I was running vllm behind a route based proxy (traefik) and noticed that I could use the API without any token.

The problem seems to be because the API is still available on the default path /v1/.... and not just on /root_path/v1/.... but the key is only verified for root_path/v1/.... I was stripping the prefix, so I was hitting the /v1/... endpoint but needed to set the root path to be able to fetch the OpenAPI schema for swagger.

I was running the vllm/vllm-openai:v0.6.4 image

Here is a minimal example that reproduces the bug:

services:
  vllm:
    image: vllm/vllm-openai:v0.6.4
    ports:
      - 8000:8000
    environment:
      VLLM_API_KEY: ${VLLM_API_KEY:-secret-key}
    volumes:
      - $HOME/.cache/huggingface:/root/.cache/huggingface
    networks:
      - internal
    command: 
      - "--model=meta-llama/Llama-3.1-70B-Instruct"
      - "--tensor-parallel-size=2"
      - "--gpu-memory-utilization=0.95"
      - "--disable_log_requests"
      - "--root-path=/llm"
    restart: always
    ipc: host
    deploy:
      resources:
        reservations:
          devices:
            - driver: nvidia
              count: all
              capabilities: [gpu]

Then the following request still works without authentication error

curl http://localhost:8000/v1/chat/completions \
    -H "Content-Type: application/json" \
    -d '{
        "model": "meta-llama/Llama-3.1-70B-Instruct",
        "messages": [
            {"role": "system", "content": "You are a helpful AI assistant"},
            {"role": "user", "content": "Hi"}
        ],
        "max_tokens": 10
    }'

Sending a request to localhost:8000/llm/v1/chat/completions works as expected

I've checked the source code and the issue seems to stem from the authentication middleware in vllm/entrypoints/openai/api_server.py:481

            if not request.url.path.startswith(f"{root_path}/v1"):
                return await call_next(request)

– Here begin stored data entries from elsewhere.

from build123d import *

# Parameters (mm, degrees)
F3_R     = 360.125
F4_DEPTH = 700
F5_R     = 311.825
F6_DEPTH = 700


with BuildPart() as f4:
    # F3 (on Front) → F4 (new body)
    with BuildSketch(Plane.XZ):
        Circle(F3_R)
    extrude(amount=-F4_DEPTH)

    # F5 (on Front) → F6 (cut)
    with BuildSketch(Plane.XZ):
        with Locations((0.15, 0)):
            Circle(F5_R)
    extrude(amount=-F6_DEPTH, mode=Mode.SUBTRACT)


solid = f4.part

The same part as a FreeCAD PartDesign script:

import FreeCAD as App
import Part
import Sketcher

V = App.Vector
Q = App.Units.Quantity

doc = App.newDocument("Part")
body = doc.addObject("PartDesign::Body", "Body")

sketch1 = body.newObject("Sketcher::SketchObject", "Sketch")
sketch1.AttachmentSupport = (doc.getObject("XZ_Plane"), [""])
sketch1.MapMode = "FlatFace"
sketch1.addGeometry(Part.Circle(V(0, 0, 0), V(0, 0, 1), 360), False)
sketch1.addConstraint([
    Sketcher.Constraint("Coincident", 0, 3, -1, 1),
    Sketcher.Constraint("Diameter", 0, Q("720.25 mm")),
])
pad1 = body.newObject("PartDesign::Pad", "Pad")
pad1.Profile = sketch1
pad1.Length = 700
pad1.Reversed = True

sketch2 = body.newObject("Sketcher::SketchObject", "Sketch001")
sketch2.AttachmentSupport = (doc.getObject("XZ_Plane"), [""])
sketch2.MapMode = "FlatFace"
sketch2.addGeometry(Part.Circle(V(0, 0, 0), V(0, 0, 1), 312), False)
sketch2.addConstraint([
    Sketcher.Constraint("PointOnObject", 0, 3, -1),
    Sketcher.Constraint("Diameter", 0, Q("623.65 mm")),
    Sketcher.Constraint("DistanceX", -1, 1, 0, 3, Q("0.15 mm")),
])
pocket1 = body.newObject("PartDesign::Pocket", "Pocket")
pocket1.Profile = sketch2
pocket1.Length = 700

doc.recompute()
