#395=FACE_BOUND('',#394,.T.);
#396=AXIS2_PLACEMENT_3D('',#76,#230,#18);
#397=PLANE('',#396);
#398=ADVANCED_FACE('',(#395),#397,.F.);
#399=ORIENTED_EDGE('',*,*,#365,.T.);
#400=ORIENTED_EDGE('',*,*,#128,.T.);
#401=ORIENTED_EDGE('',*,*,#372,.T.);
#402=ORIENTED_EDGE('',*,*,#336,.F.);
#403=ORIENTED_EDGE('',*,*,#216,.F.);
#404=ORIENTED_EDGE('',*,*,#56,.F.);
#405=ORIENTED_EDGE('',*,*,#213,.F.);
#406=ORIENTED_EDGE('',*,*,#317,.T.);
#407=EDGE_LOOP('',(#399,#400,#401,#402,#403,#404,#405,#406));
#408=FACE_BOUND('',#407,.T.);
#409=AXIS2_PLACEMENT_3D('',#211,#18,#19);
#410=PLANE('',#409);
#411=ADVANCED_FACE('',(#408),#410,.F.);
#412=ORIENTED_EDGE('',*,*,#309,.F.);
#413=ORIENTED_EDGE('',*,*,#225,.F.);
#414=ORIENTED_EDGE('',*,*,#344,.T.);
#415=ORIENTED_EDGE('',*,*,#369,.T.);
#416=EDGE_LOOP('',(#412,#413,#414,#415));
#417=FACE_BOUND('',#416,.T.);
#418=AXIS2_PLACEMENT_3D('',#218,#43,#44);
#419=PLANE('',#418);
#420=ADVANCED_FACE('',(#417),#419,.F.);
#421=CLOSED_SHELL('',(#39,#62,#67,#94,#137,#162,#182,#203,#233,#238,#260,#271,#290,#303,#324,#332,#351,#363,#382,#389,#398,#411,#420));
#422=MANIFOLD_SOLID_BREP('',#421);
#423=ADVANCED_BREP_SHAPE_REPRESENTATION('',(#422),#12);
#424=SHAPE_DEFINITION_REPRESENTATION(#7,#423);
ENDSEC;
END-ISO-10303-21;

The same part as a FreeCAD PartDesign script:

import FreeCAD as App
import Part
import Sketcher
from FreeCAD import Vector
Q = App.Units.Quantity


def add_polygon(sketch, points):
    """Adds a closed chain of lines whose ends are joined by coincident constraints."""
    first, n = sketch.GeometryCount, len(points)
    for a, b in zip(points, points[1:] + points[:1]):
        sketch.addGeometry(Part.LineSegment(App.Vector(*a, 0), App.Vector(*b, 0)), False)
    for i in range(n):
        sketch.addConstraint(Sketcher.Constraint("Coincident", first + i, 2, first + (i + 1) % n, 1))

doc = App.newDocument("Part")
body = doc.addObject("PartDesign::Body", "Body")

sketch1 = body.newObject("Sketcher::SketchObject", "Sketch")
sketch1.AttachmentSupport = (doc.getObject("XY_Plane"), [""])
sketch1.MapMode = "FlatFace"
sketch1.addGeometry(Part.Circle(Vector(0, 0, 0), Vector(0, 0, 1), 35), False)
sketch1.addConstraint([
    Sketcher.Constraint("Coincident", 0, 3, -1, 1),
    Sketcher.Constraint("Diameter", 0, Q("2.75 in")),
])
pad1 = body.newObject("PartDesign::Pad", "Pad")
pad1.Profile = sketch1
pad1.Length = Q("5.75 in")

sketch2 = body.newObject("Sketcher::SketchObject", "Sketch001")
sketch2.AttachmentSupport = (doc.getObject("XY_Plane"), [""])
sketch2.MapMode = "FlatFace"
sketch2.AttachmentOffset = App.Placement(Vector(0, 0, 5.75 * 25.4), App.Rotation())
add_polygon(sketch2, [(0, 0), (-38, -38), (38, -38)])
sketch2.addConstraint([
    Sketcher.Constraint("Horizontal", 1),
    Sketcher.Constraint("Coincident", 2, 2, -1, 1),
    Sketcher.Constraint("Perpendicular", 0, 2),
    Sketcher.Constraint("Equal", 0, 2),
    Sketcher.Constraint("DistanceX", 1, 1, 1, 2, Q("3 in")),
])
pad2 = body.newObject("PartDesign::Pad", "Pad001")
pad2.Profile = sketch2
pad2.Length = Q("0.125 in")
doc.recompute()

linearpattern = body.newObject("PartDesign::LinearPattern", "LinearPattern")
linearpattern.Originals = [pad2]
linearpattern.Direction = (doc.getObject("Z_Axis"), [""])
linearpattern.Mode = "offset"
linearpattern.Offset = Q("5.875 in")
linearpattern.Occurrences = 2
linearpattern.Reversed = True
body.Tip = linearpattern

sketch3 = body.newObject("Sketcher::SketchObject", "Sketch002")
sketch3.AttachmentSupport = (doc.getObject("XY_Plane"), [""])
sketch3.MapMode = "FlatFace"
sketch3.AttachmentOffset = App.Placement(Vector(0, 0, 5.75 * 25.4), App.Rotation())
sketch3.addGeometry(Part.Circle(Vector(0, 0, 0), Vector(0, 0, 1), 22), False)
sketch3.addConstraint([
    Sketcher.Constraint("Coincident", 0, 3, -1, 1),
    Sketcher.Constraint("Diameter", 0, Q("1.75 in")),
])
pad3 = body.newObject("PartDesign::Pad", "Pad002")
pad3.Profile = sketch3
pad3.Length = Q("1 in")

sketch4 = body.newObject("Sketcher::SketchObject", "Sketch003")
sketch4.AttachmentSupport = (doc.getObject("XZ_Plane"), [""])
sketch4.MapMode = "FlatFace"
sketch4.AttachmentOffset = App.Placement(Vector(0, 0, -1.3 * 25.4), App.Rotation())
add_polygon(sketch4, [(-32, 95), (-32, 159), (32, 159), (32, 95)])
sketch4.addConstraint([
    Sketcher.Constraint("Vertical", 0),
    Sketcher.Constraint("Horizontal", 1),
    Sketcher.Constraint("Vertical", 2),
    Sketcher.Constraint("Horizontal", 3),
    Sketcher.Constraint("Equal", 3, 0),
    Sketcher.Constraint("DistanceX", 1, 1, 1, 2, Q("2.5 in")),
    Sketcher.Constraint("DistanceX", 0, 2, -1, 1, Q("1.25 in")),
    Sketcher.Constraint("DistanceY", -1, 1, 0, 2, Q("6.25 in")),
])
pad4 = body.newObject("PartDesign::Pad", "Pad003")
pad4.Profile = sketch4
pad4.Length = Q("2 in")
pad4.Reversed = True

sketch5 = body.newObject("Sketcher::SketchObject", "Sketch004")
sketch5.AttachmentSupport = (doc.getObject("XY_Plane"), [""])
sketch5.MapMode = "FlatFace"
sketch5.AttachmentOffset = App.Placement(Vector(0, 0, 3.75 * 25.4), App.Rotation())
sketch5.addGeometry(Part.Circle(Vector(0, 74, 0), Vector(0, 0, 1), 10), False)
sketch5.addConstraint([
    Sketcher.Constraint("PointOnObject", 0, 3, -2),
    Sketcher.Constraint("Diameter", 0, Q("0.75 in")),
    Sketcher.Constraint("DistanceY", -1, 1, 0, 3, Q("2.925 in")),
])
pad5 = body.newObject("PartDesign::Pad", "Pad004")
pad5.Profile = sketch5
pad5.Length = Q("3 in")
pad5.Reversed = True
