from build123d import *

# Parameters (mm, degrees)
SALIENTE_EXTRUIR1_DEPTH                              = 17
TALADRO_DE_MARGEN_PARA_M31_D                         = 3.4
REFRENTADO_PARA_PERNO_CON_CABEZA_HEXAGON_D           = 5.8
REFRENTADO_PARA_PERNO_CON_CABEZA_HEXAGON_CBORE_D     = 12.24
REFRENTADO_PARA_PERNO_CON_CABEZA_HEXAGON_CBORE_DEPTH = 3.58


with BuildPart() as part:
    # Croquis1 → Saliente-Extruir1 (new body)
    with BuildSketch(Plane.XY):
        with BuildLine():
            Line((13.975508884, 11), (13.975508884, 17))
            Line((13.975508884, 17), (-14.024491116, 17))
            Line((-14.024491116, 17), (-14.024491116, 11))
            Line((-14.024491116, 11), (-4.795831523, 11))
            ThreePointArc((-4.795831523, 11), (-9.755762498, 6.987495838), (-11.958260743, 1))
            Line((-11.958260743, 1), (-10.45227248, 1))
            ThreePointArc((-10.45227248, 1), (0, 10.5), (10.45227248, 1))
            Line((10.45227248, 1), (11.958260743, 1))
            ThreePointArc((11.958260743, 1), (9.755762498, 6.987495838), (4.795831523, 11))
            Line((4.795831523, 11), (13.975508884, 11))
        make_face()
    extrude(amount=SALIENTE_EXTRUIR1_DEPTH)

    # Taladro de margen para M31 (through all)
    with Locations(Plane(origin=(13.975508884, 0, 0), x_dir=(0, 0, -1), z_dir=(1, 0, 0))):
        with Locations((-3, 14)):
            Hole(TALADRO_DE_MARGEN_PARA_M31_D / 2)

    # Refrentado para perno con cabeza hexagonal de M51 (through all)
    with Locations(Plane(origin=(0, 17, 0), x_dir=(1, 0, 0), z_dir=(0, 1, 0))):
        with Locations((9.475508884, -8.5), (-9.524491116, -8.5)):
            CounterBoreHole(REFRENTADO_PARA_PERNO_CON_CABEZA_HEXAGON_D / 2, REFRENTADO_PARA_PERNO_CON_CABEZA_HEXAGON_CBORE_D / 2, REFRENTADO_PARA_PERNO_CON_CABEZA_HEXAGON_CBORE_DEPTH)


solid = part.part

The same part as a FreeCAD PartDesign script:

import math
import FreeCAD as App
import Part
import Sketcher

V = App.Vector

doc = App.newDocument("Part")
params = doc.addObject("Spreadsheet::Sheet", "Params")
for row, (alias, value) in enumerate([
    ("sketch1_radius", "12 mm"),
    ("sketch1_radius2", "10.5 mm"),
    ("sketch1_width", "28 mm"),
    ("sketch1_height", "6 mm"),
    ("pad1_length", "17 mm"),
    ("sketch2_diameter", "3.4 mm"),
    ("hole_diameter", "3.4 mm"),
    ("sketch3_diameter", "5.8 mm"),
    ("hole2_diameter", "5.8 mm"),
    ("hole2_cbore_diameter", "12.24 mm"),
    ("hole2_cbore_depth", "3.58 mm"),
], start=1):
    params.set(f"A{row}", alias)
    params.set(f"B{row}", "=" + value)
    params.setAlias(f"B{row}", alias)

body = doc.addObject("PartDesign::Body", "Body")

# Sketch on XY plane
sketch1 = body.newObject("Sketcher::SketchObject", "Sketch")
sketch1.AttachmentSupport = (doc.getObject("XY_Plane"), [""])
sketch1.MapMode = "FlatFace"
sketch1.addGeometry(Part.LineSegment(V(13.975509, 11, 0), V(13.975509, 17, 0)), False)
sketch1.addGeometry(Part.LineSegment(V(13.975509, 17, 0), V(-14.024491, 17, 0)), False)
sketch1.addGeometry(Part.LineSegment(V(-14.024491, 17, 0), V(-14.024491, 11, 0)), False)
sketch1.addGeometry(Part.LineSegment(V(-14.024491, 11, 0), V(-4.795832, 11, 0)), False)
sketch1.addGeometry(Part.ArcOfCircle(Part.Circle(V(0, 0, 0), V(0, 0, 1), 12), math.radians(113.556464), math.radians(175.219808)), False)
sketch1.addGeometry(Part.LineSegment(V(-11.958261, 1, 0), V(-10.452272, 1, 0)), False)
sketch1.addGeometry(Part.ArcOfCircle(Part.Circle(V(0, 0, 0), V(0, 0, 1), 10.5), math.radians(5.465024), math.radians(174.534976)), False)
sketch1.addGeometry(Part.LineSegment(V(10.452272, 1, 0), V(11.958261, 1, 0)), False)
sketch1.addGeometry(Part.ArcOfCircle(Part.Circle(V(0, 0, 0), V(0, 0, 1), 12), math.radians(4.780192), math.radians(66.443536)), False)
sketch1.addGeometry(Part.LineSegment(V(4.795832, 11, 0), V(13.975509, 11, 0)), False)
sketch1.addConstraint(Sketcher.Constraint("Coincident", 0, 2, 1, 1))
sketch1.addConstraint(Sketcher.Constraint("Coincident", 1, 2, 2, 1))
sketch1.addConstraint(Sketcher.Constraint("Coincident", 2, 2, 3, 1))
sketch1.addConstraint(Sketcher.Constraint("Coincident", 3, 2, 4, 1))
sketch1.addConstraint(Sketcher.Constraint("Coincident", 4, 2, 5, 1))
sketch1.addConstraint(Sketcher.Constraint("Coincident", 5, 2, 6, 2))
sketch1.addConstraint(Sketcher.Constraint("Coincident", 6, 1, 7, 1))
sketch1.addConstraint(Sketcher.Constraint("Coincident", 7, 2, 8, 1))
sketch1.addConstraint(Sketcher.Constraint("Coincident", 8, 2, 9, 1))
sketch1.addConstraint(Sketcher.Constraint("Coincident", 9, 2, 0, 1))
sketch1.addConstraint(Sketcher.Constraint("Vertical", 0))
sketch1.addConstraint(Sketcher.Constraint("Horizontal", 1))
sketch1.addConstraint(Sketcher.Constraint("Vertical", 2))
sketch1.addConstraint(Sketcher.Constraint("Horizontal", 3))
sketch1.addConstraint(Sketcher.Constraint("Horizontal", 5))
sketch1.addConstraint(Sketcher.Constraint("Horizontal", 7))
sketch1.addConstraint(Sketcher.Constraint("Horizontal", 9))
sketch1.addConstraint(Sketcher.Constraint("Coincident", 4, 3, -1, 1))
sketch1.addConstraint(Sketcher.Constraint("Coincident", 6, 3, -1, 1))
sketch1.addConstraint(Sketcher.Constraint("Coincident", 8, 3, -1, 1))
sketch1.addConstraint(Sketcher.Constraint("Equal", 4, 8))
sketch1.addConstraint(Sketcher.Constraint("Horizontal", 5, 2, 6, 1))
sketch1.addConstraint(Sketcher.Constraint("Horizontal", 3, 2, 8, 2))
sketch1.addConstraint(Sketcher.Constraint("Radius", 4, 12.0))
sketch1.addConstraint(Sketcher.Constraint("Radius", 6, 10.5))
sketch1.addConstraint(Sketcher.Constraint("DistanceX", 1, 2, 1, 1, 28.0))
sketch1.addConstraint(Sketcher.Constraint("DistanceY", 0, 1, 0, 2, 6.0))
sketch1.addConstraint(Sketcher.Constraint("DistanceY", -1, 1, 0, 2, 17.0))
sketch1.addConstraint(Sketcher.Constraint("DistanceY", -1, 1, 4, 2, 1.0))
sketch1.addConstraint(Sketcher.Constraint("DistanceX", 3, 1, 3, 2, 9.22866))
sketch1.setExpression("Constraints[23]", "Params.sketch1_radius")
sketch1.setExpression("Constraints[24]", "Params.sketch1_radius2")
sketch1.setExpression("Constraints[25]", "Params.sketch1_width")
sketch1.setExpression("Constraints[26]", "Params.sketch1_height")
pad1 = body.newObject("PartDesign::Pad", "Pad")
pad1.Profile = sketch1
pad1.setExpression("Length", "Params.pad1_length")

# Sketch on YZ plane
sketch2 = body.newObject("Sketcher::SketchObject", "Sketch001")
sketch2.AttachmentSupport = (doc.getObject("YZ_Plane"), [""])
sketch2.MapMode = "FlatFace"
sketch2.AttachmentOffset = App.Placement(V(0, 0, 13.975509), App.Rotation())
sketch2.addGeometry(Part.Circle(V(14, 3, 0), V(0, 0, 1), 1.7), False)
sketch2.addConstraint(Sketcher.Constraint("Diameter", 0, 3.4))
sketch2.addConstraint(Sketcher.Constraint("DistanceX", -1, 1, 0, 3, 14.0))
sketch2.addConstraint(Sketcher.Constraint("DistanceY", -1, 1, 0, 3, 3.0))
sketch2.setExpression("Constraints[0]", "Params.sketch2_diameter")
doc.recompute()
hole = body.newObject("PartDesign::Hole", "Hole")
hole.Profile = sketch2
hole.ThreadType = "None"
hole.setExpression("Diameter", "Params.hole_diameter")
hole.DepthType = "ThroughAll"

# Sketch on XZ plane
sketch3 = body.newObject("Sketcher::SketchObject", "Sketch002")
sketch3.AttachmentSupport = (doc.getObject("XZ_Plane"), [""])
sketch3.MapMode = "FlatFace"
sketch3.AttachmentOffset = App.Placement(V(0, 0, -17), App.Rotation())
sketch3.addGeometry(Part.Circle(V(9.475509, 8.5, 0), V(0, 0, 1), 2.9), False)
sketch3.addGeometry(Part.Circle(V(-9.524491, 8.5, 0), V(0, 0, 1), 2.9), False)
sketch3.addConstraint(Sketcher.Constraint("Equal", 0, 1))
sketch3.addConstraint(Sketcher.Constraint("Horizontal", 0, 3, 1, 3))
sketch3.addConstraint(Sketcher.Constraint("Diameter", 0, 5.8))
sketch3.addConstraint(Sketcher.Constraint("DistanceX", 1, 3, 0, 3, 19.0))
sketch3.addConstraint(Sketcher.Constraint("DistanceY", -1, 1, 0, 3, 8.5))
sketch3.addConstraint(Sketcher.Constraint("DistanceX", -1, 1, 0, 3, 9.475509))
sketch3.setExpression("Constraints[2]", "Params.sketch3_diameter")
doc.recompute()
hole2 = body.newObject("PartDesign::Hole", "Hole001")
hole2.Profile = sketch3
hole2.ThreadType = "None"
hole2.setExpression("Diameter", "Params.hole2_diameter")
hole2.DepthType = "ThroughAll"
hole2.HoleCutType = "Counterbore"
hole2.setExpression("HoleCutDiameter", "Params.hole2_cbore_diameter")
hole2.setExpression("HoleCutDepth", "Params.hole2_cbore_depth")
hole2.Reversed = True

doc.recompute()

Before submitting a new issue...

OskarLiew commented 4 days ago

I was able to solve the issue by removing the prefix stripper, but I was caught off guard as to why authorization had stopped working

chaunceyjiang commented 3 days ago

Indeed, I can also reproduce this issue locally. @DarkLight1337 could you please confirm this issue as well?

I will try to fix this problem.

DarkLight1337 commented 3 days ago

Sorry, I don't have time to debug this. I can help review your PR though.

chaunceyjiang commented 1 day ago

@OskarLiew Hi, Can you please help me test #10606 again? I was able to solve this issue when testing it locally.